E – ECONOMIC: tech innovation is huge for the agri-food sector, helping tackle big issues like climate change, rising production demands, and changing consumer needs. Digital tech is shaking up business models, creating new ways to make money and add value all along the value chain. Tech tools like artificial intelligence, new ways for humans and machines to interact, augmented reality, IoT, digital twins, and advanced robotics are set to revamp the farming sector, opening doors to new value creation, cost and waste reduction, and boosting the sector’s economic sustainability.

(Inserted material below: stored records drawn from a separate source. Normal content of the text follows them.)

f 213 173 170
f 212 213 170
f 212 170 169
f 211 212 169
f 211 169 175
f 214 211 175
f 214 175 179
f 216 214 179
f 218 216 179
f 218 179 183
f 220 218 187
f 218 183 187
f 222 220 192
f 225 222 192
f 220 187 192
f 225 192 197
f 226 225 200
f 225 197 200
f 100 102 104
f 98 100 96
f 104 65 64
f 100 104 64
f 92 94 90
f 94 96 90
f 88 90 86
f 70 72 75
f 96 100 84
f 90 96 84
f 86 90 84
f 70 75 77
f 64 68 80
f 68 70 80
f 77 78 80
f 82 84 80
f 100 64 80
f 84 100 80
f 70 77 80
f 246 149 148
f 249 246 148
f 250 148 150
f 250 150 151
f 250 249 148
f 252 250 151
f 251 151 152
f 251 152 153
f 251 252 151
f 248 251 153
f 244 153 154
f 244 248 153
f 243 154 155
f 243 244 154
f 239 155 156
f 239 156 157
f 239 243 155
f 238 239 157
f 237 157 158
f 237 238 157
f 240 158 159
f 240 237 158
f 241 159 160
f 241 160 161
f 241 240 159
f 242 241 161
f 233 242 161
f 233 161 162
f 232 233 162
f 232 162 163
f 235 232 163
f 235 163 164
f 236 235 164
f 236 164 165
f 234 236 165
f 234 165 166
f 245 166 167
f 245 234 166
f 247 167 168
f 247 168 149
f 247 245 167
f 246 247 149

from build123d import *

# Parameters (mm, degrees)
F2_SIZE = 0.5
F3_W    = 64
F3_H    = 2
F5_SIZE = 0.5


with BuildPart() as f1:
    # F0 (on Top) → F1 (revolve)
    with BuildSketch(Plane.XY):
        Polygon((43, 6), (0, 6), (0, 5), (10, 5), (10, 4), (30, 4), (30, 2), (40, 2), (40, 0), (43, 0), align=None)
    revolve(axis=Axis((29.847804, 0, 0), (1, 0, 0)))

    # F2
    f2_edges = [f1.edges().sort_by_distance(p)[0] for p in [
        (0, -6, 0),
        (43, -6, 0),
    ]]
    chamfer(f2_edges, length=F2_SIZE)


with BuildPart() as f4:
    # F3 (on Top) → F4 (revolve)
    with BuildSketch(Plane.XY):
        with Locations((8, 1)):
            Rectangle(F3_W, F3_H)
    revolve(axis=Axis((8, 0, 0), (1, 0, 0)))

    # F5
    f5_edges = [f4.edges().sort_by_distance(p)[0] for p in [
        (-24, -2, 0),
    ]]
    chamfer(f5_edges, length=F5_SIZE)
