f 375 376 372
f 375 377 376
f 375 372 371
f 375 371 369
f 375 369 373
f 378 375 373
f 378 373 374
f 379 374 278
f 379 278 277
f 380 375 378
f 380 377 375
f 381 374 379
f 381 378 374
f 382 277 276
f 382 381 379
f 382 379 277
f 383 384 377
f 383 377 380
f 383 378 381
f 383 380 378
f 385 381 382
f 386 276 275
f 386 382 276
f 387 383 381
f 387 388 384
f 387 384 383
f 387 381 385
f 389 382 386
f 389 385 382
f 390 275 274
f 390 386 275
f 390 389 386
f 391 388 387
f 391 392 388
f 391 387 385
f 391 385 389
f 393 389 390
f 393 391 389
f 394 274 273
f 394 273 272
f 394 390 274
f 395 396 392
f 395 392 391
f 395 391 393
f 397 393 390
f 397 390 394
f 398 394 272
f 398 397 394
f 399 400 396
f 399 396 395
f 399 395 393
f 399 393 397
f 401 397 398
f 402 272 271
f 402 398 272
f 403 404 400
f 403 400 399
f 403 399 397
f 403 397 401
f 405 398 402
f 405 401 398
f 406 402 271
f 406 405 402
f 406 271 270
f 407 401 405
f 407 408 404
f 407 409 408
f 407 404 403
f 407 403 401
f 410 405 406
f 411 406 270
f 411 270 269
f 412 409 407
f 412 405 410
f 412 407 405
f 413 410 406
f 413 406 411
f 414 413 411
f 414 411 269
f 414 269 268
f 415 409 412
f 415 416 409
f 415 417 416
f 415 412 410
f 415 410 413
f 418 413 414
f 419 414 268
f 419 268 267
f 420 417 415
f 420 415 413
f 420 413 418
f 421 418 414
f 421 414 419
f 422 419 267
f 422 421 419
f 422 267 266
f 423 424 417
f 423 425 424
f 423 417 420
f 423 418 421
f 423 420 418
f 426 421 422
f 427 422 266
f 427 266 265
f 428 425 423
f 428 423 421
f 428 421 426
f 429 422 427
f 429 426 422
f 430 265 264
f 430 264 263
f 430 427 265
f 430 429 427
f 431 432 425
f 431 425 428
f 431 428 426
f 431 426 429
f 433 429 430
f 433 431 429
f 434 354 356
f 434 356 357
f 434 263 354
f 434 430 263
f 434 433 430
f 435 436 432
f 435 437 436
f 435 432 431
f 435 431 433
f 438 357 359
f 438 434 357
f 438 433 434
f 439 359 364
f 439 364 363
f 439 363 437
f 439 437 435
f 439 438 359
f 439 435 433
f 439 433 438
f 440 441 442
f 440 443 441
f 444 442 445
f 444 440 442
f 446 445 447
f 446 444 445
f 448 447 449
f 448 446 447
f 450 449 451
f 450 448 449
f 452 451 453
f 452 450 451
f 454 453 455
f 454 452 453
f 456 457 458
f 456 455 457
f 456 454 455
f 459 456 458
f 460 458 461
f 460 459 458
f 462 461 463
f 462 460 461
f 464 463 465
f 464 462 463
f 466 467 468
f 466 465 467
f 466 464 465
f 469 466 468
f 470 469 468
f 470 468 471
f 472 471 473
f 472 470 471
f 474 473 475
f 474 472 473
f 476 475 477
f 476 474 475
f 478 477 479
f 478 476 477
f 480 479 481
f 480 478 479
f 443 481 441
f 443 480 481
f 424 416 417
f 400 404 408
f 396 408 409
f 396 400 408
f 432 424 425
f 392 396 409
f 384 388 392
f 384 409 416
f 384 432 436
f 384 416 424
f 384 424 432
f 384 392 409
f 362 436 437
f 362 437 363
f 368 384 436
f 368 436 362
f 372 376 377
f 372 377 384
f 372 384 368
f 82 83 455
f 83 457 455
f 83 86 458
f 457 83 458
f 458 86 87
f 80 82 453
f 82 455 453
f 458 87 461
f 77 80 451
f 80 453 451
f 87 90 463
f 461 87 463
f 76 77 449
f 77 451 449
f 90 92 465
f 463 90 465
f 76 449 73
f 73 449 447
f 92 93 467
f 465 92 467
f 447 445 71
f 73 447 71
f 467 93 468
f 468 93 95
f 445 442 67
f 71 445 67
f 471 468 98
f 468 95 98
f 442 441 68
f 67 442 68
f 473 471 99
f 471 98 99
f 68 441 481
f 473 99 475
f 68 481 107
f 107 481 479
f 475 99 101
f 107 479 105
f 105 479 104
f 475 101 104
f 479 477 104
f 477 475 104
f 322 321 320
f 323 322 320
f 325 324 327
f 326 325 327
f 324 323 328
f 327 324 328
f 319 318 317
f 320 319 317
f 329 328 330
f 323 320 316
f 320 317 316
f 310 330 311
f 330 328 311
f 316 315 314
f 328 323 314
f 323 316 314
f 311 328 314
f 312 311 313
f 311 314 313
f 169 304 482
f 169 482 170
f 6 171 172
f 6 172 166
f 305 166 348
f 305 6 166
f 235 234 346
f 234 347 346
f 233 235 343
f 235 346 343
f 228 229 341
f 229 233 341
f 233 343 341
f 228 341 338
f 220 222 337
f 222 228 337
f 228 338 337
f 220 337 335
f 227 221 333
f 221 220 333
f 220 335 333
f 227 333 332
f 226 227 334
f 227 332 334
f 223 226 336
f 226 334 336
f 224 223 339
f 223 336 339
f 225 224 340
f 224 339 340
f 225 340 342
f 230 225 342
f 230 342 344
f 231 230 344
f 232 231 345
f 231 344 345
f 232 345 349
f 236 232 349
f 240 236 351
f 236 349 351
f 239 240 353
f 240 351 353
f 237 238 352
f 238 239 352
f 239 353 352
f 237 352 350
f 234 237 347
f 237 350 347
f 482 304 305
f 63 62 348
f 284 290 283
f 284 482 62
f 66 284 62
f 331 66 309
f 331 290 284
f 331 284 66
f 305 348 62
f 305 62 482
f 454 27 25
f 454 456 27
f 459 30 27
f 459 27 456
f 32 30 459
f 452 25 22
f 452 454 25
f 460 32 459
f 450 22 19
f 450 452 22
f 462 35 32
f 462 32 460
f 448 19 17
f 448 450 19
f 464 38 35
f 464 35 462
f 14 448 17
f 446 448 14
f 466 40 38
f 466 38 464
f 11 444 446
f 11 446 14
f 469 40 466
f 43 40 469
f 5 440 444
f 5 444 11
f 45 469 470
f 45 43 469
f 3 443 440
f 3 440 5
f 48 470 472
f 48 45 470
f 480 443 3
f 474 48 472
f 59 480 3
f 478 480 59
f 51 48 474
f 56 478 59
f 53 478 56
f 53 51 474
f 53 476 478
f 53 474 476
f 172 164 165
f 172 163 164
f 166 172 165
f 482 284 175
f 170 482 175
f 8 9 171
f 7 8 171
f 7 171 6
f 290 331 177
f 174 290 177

But right now, the investment needed seems out of reach for many, especially in countries like ours where smaller businesses are the norm.

P – POLITICAL: the FAO points out that a key challenge in this tech transformation is bridging the gap between coming up with a tech or innovation and actually putting it to use. Making this work depends on creating the right conditions to make the most of the benefits while minimizing the challenges from potentially disruptive tech. There’s a need to tweak and tailor national, international, and beyond national research and development programs, alongside policies and investments in agri-food science, tech, and innovation.

S – SUSTAINABILITY: Making virtual versions of whole agricultural systems and pairing them with advanced decision-making tech could bring loads of benefits, especially when agri-food production systems and supply chains aren’t currently on track to meet the Sustainable Development Goals (SDGs). Using reinforced learning – a slice of AI that’s really good at tackling complex decisions – digital twins can come up with strategies to, say, boost crop yields, as well as run “what-if” forecasts and simulations to spot ways to make the agri-food sector more sustainable. Digitizing farm production might cut labor costs, boost operational efficiency, improve animal health, and help stop biodiversity loss. Yet, there are tech and economic barriers that limit their spread and put the aim of creating inclusive, productive, and sustainable agri-food systems at risk.